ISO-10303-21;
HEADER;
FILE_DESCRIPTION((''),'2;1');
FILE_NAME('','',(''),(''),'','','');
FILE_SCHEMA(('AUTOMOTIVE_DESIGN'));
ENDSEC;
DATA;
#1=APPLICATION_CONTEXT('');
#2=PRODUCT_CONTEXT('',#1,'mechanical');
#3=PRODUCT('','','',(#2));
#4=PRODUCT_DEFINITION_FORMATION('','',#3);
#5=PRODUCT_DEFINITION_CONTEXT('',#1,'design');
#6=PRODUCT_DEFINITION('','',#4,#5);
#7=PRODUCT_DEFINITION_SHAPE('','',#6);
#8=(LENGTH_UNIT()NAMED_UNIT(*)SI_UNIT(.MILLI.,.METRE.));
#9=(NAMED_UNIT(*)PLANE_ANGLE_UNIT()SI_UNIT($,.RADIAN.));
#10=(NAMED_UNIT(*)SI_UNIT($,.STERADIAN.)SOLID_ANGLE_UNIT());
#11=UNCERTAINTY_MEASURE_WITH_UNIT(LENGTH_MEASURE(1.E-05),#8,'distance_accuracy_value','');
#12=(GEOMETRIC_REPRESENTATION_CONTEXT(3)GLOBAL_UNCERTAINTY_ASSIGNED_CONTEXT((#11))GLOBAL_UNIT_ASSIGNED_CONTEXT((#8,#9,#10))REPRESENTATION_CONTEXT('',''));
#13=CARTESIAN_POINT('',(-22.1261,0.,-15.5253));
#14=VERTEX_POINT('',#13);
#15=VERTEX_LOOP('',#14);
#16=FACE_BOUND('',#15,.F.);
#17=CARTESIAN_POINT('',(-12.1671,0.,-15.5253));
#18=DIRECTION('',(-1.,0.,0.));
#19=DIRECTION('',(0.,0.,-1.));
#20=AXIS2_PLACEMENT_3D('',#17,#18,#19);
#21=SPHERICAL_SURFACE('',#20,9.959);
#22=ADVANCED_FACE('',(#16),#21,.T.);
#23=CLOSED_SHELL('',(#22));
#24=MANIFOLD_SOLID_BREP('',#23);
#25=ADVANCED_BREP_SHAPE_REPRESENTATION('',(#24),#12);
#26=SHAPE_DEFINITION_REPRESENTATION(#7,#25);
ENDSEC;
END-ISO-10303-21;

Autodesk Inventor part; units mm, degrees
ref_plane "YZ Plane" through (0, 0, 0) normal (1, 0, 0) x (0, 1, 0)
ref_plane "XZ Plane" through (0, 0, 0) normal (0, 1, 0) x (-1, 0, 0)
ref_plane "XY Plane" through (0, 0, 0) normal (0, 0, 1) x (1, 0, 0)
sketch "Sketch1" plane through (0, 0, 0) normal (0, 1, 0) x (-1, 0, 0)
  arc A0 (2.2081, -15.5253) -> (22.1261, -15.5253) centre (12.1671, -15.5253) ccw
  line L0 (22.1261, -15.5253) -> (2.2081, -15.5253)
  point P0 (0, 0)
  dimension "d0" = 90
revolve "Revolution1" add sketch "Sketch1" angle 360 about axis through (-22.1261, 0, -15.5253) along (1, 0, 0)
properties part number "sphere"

□ □ □ □ □

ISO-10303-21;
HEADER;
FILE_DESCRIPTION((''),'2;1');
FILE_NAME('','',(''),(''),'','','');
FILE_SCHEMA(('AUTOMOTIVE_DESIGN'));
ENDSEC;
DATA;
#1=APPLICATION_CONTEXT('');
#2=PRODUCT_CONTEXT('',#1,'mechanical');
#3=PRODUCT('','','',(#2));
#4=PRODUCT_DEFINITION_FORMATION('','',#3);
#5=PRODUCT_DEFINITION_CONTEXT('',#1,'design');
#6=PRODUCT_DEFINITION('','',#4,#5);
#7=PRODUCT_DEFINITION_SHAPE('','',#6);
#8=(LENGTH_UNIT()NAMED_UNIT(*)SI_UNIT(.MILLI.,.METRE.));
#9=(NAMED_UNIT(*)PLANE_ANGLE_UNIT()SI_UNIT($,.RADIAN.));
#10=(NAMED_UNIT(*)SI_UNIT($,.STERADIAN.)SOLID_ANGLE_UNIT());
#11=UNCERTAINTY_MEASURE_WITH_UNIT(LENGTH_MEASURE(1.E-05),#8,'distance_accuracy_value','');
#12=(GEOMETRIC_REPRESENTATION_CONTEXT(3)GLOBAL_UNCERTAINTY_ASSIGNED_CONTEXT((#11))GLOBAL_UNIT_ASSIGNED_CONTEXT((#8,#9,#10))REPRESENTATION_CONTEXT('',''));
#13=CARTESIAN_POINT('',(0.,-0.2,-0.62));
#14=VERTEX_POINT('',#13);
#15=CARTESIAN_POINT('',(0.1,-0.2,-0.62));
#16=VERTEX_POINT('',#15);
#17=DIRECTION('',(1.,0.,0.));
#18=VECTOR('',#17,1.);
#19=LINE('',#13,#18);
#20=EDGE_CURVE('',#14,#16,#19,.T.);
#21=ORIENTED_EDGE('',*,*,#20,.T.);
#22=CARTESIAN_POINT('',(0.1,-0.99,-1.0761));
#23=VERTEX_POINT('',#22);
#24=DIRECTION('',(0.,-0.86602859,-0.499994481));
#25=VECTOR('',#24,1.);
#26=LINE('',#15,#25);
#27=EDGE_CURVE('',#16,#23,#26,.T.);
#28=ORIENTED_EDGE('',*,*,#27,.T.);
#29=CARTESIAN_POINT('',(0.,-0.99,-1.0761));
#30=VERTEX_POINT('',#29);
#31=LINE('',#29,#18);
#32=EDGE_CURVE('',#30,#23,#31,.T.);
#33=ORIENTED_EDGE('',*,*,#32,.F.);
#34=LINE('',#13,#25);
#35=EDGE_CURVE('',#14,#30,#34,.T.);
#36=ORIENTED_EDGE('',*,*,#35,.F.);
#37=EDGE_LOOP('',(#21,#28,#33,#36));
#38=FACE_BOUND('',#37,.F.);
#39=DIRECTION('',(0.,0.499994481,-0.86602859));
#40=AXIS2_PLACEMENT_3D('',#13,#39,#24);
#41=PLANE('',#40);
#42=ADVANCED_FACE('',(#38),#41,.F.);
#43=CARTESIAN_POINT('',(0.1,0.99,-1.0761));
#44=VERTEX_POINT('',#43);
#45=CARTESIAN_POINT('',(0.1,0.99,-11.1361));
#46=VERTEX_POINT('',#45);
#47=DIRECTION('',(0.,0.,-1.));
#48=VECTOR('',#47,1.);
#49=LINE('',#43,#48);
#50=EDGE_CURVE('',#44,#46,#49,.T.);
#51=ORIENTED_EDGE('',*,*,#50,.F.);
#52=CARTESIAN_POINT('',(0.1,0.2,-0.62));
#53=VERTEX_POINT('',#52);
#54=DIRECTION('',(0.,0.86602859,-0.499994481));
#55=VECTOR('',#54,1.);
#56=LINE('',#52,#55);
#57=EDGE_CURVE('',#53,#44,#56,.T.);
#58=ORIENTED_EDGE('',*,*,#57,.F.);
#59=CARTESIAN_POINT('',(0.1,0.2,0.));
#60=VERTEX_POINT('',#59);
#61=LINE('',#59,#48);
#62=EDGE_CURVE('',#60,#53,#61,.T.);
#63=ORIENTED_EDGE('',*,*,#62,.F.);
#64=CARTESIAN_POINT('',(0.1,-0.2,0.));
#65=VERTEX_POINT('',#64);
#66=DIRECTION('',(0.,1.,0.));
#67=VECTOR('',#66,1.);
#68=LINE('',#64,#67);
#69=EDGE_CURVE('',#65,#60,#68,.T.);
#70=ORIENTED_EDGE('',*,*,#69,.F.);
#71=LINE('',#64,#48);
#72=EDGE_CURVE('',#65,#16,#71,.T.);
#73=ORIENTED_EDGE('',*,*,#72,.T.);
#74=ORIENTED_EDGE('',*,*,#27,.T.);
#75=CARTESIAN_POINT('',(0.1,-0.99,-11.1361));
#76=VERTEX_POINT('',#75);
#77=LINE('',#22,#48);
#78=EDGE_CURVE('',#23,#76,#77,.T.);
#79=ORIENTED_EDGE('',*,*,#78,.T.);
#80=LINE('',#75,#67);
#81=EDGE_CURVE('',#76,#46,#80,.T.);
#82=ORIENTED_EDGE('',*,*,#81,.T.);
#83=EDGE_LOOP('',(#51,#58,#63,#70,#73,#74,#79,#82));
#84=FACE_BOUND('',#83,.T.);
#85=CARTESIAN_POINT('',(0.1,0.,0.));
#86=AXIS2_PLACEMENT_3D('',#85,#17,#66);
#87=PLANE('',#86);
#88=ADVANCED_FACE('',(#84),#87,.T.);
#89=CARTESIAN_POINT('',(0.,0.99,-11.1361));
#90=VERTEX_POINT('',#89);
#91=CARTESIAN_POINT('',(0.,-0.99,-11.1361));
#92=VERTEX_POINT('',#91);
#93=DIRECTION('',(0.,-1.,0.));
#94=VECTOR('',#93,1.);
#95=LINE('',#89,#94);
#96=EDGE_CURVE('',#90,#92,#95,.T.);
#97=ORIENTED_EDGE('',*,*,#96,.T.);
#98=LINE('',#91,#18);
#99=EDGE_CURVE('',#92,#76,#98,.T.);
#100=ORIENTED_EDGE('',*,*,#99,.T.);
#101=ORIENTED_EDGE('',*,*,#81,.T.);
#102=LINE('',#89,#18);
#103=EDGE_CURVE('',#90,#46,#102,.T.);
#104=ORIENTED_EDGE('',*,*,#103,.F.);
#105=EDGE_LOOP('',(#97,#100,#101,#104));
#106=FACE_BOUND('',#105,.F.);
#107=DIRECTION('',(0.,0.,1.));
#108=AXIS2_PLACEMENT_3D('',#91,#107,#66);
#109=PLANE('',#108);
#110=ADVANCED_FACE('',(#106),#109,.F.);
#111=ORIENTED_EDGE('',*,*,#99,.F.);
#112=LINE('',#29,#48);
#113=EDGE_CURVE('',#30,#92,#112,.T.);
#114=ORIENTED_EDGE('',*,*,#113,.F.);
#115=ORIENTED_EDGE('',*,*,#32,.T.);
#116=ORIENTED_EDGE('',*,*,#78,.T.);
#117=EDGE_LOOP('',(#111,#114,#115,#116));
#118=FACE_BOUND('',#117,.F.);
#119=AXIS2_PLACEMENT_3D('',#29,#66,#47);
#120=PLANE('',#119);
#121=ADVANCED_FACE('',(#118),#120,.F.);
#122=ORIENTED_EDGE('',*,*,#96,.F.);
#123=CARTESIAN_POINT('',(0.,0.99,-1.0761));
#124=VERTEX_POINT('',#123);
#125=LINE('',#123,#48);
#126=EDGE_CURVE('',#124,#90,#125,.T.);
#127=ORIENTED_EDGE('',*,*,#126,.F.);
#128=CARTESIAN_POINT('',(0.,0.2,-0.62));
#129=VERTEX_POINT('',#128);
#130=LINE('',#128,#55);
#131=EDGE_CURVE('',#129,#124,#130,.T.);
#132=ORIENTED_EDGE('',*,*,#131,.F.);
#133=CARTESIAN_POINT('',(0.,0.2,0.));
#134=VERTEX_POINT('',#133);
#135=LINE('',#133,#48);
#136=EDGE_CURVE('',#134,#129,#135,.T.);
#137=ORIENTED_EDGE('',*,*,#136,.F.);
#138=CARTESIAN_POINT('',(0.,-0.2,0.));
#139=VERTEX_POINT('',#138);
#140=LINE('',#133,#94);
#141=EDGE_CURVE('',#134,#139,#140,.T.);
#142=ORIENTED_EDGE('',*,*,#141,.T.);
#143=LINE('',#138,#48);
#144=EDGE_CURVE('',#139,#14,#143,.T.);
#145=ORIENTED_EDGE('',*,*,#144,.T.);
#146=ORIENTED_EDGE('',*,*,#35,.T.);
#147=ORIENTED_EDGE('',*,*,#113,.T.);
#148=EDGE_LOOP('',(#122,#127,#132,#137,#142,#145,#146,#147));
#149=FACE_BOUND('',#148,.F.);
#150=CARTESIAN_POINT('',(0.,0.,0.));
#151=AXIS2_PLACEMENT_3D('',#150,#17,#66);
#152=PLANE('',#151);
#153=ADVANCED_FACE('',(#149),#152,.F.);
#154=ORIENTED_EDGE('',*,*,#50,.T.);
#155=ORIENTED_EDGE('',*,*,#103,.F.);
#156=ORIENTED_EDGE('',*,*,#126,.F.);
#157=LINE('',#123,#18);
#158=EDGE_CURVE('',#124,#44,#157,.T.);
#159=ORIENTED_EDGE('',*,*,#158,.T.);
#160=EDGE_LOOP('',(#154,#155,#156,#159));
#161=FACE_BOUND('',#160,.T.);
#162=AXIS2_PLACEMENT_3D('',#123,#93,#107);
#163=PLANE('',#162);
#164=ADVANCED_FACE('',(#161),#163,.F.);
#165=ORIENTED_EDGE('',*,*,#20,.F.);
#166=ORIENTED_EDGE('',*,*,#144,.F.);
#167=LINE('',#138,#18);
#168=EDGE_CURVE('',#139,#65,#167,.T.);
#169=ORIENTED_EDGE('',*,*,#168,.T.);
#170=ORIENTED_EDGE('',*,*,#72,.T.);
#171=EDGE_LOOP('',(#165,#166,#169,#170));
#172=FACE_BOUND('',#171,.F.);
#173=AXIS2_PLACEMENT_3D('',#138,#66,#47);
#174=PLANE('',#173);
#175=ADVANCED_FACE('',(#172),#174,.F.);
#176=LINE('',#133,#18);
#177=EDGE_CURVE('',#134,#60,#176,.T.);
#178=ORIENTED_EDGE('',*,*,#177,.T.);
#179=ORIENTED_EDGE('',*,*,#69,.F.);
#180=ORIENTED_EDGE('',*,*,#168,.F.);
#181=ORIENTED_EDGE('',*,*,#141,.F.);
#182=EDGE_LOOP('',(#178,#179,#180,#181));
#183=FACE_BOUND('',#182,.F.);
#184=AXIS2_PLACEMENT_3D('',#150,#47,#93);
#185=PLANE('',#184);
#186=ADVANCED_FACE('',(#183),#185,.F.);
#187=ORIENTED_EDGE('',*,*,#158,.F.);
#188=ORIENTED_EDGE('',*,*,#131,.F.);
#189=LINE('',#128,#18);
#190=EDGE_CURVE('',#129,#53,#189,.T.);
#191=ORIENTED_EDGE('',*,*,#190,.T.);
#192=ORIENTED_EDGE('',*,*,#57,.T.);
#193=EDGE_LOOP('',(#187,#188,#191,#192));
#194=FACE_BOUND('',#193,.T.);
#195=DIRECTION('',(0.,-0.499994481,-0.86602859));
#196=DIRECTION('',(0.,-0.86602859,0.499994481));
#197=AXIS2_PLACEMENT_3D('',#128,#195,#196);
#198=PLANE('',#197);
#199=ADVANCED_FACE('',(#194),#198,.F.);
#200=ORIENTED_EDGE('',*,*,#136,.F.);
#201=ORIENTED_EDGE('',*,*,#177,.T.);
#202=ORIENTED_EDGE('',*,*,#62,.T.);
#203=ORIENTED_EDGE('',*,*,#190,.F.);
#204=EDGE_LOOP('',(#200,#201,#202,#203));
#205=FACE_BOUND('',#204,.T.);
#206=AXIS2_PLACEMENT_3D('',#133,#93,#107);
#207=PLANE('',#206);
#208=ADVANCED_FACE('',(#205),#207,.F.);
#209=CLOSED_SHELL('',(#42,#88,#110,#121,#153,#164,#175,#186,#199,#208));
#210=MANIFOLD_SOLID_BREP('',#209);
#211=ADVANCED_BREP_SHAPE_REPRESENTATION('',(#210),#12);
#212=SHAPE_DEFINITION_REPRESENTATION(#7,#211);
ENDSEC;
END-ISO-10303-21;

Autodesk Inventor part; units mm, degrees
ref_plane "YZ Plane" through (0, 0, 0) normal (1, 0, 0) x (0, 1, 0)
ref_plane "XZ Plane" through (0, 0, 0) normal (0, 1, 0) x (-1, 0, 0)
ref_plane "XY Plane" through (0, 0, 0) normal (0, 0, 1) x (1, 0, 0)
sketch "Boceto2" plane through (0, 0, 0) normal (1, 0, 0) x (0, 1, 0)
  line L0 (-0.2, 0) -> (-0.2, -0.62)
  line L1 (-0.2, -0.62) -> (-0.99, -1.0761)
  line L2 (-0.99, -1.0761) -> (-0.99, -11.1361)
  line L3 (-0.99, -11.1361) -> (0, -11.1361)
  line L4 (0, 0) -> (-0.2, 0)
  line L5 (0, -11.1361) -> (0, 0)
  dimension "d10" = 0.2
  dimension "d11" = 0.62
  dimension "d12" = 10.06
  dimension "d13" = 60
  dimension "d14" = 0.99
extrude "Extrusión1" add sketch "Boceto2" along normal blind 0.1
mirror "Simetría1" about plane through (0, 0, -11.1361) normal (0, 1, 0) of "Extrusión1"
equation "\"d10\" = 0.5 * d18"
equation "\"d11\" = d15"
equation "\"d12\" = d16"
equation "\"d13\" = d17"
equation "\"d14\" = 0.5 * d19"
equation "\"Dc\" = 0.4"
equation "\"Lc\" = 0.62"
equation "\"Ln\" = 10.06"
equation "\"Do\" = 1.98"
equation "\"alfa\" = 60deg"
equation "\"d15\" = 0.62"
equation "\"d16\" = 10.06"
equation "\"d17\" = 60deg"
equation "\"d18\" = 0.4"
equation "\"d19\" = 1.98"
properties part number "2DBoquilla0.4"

□ □ □ □ □

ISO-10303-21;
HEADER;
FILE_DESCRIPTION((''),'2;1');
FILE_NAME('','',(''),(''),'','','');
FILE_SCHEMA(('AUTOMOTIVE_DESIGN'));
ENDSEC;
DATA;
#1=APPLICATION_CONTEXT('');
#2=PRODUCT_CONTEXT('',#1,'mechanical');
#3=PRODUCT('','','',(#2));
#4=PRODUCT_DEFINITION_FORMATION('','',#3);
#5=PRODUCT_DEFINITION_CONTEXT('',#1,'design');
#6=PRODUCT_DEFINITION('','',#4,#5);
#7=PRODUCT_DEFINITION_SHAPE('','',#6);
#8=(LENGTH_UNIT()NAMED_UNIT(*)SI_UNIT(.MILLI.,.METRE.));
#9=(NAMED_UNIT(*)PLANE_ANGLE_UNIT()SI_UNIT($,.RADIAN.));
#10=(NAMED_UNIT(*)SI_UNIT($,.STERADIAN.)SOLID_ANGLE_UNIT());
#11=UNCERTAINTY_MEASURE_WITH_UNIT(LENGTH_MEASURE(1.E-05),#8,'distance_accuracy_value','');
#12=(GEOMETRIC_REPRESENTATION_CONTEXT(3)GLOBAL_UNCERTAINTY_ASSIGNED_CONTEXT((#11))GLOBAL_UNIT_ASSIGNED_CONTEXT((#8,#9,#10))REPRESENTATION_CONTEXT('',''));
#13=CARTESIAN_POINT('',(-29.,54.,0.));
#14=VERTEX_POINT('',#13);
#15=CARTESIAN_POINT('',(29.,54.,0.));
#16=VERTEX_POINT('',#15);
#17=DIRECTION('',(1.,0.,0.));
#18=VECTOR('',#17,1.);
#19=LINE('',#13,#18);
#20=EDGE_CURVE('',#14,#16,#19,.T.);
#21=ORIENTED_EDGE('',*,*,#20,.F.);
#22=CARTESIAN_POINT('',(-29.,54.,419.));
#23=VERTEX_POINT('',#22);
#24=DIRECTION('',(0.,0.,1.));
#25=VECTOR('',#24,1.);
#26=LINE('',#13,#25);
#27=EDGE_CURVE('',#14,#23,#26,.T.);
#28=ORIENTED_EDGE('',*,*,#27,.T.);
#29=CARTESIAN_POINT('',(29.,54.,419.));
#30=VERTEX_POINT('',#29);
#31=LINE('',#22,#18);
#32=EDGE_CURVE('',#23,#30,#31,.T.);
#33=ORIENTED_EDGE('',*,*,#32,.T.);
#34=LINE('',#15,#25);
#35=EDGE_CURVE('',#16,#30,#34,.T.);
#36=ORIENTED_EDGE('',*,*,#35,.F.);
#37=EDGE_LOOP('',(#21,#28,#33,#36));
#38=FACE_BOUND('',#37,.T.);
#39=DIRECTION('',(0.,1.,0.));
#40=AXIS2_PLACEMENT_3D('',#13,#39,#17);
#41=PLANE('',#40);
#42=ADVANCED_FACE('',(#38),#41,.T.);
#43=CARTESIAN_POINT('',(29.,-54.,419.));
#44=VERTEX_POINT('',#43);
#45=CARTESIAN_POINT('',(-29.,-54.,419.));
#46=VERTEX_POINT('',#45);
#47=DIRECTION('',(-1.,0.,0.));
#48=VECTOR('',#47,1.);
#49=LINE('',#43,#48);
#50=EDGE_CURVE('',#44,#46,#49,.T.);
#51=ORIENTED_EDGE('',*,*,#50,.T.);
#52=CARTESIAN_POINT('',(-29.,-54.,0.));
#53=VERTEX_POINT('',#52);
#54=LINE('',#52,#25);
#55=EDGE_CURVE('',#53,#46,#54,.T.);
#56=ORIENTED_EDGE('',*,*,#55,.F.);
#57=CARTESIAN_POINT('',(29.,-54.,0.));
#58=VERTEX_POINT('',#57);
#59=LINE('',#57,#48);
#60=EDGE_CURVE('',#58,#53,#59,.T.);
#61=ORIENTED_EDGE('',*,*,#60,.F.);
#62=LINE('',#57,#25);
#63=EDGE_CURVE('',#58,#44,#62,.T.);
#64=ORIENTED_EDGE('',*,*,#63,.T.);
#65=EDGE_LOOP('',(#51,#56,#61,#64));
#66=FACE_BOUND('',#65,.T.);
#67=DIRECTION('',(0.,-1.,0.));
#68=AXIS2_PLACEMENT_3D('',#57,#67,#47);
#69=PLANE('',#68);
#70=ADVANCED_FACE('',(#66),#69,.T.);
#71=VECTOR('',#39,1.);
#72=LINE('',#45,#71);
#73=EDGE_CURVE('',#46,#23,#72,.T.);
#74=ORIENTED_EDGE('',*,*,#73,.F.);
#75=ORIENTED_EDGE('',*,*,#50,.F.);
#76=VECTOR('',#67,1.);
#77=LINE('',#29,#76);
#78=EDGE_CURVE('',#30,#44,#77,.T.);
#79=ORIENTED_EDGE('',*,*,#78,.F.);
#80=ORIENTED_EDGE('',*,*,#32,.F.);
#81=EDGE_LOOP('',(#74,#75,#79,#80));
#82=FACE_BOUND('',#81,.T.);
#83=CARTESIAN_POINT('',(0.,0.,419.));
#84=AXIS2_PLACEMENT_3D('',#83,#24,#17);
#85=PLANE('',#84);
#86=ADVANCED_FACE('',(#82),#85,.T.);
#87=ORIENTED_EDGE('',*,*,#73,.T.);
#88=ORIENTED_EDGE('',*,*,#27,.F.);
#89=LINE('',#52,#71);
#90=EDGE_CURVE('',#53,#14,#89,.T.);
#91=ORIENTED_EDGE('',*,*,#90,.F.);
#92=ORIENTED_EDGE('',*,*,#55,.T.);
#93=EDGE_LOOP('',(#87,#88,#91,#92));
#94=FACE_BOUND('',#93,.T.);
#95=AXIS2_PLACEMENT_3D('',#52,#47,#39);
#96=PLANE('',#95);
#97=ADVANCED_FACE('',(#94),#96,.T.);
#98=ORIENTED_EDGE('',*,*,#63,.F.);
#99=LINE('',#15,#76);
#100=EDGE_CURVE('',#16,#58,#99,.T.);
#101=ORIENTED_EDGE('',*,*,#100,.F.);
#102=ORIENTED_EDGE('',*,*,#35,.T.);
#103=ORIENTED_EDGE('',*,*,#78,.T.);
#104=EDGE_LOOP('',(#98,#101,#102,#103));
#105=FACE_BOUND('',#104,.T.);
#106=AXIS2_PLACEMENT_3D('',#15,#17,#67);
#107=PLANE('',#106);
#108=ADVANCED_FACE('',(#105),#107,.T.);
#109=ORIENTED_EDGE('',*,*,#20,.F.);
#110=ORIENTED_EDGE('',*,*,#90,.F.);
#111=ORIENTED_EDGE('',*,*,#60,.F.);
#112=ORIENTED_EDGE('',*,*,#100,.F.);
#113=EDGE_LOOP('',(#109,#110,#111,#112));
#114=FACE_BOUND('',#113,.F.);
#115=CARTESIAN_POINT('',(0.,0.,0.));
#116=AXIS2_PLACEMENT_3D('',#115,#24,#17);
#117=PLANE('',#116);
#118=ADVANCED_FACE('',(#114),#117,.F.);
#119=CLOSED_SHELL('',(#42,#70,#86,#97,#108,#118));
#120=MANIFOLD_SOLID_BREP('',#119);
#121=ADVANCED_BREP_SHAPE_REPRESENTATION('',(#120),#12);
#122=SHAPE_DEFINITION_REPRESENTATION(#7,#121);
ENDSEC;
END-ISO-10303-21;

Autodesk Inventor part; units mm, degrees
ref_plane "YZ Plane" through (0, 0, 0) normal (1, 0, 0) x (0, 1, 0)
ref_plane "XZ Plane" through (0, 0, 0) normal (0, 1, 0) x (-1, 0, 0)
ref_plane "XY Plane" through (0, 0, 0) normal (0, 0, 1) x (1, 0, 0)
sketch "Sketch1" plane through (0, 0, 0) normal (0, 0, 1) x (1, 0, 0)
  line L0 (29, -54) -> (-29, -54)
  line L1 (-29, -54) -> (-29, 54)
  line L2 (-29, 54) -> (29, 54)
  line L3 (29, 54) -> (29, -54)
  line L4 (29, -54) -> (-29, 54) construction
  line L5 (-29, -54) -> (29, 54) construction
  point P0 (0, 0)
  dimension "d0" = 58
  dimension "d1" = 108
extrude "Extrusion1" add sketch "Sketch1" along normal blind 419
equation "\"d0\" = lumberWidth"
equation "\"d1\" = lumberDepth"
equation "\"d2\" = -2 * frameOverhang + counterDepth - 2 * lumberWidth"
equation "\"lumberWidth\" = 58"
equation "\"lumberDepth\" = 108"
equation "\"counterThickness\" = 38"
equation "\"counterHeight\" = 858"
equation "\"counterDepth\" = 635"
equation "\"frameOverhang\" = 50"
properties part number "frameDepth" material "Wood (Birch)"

□ □ □ □ □

▶ [Exercise details]:
Leave out every line above except those from the line with "#15=VERTEX_LOOP('',#14);" up to and including the line with "#22=ADVANCED_FACE('',(#16),#21,.T.);", and copy those exactly.

▶ [Solution]:
#15=VERTEX_LOOP('',#14);
#16=FACE_BOUND('',#15,.F.);
#17=CARTESIAN_POINT('',(-12.1671,0.,-15.5253));
#18=DIRECTION('',(-1.,0.,0.));
#19=DIRECTION('',(0.,0.,-1.));
#20=AXIS2_PLACEMENT_3D('',#17,#18,#19);
#21=SPHERICAL_SURFACE('',#20,9.959);
#22=ADVANCED_FACE('',(#16),#21,.T.);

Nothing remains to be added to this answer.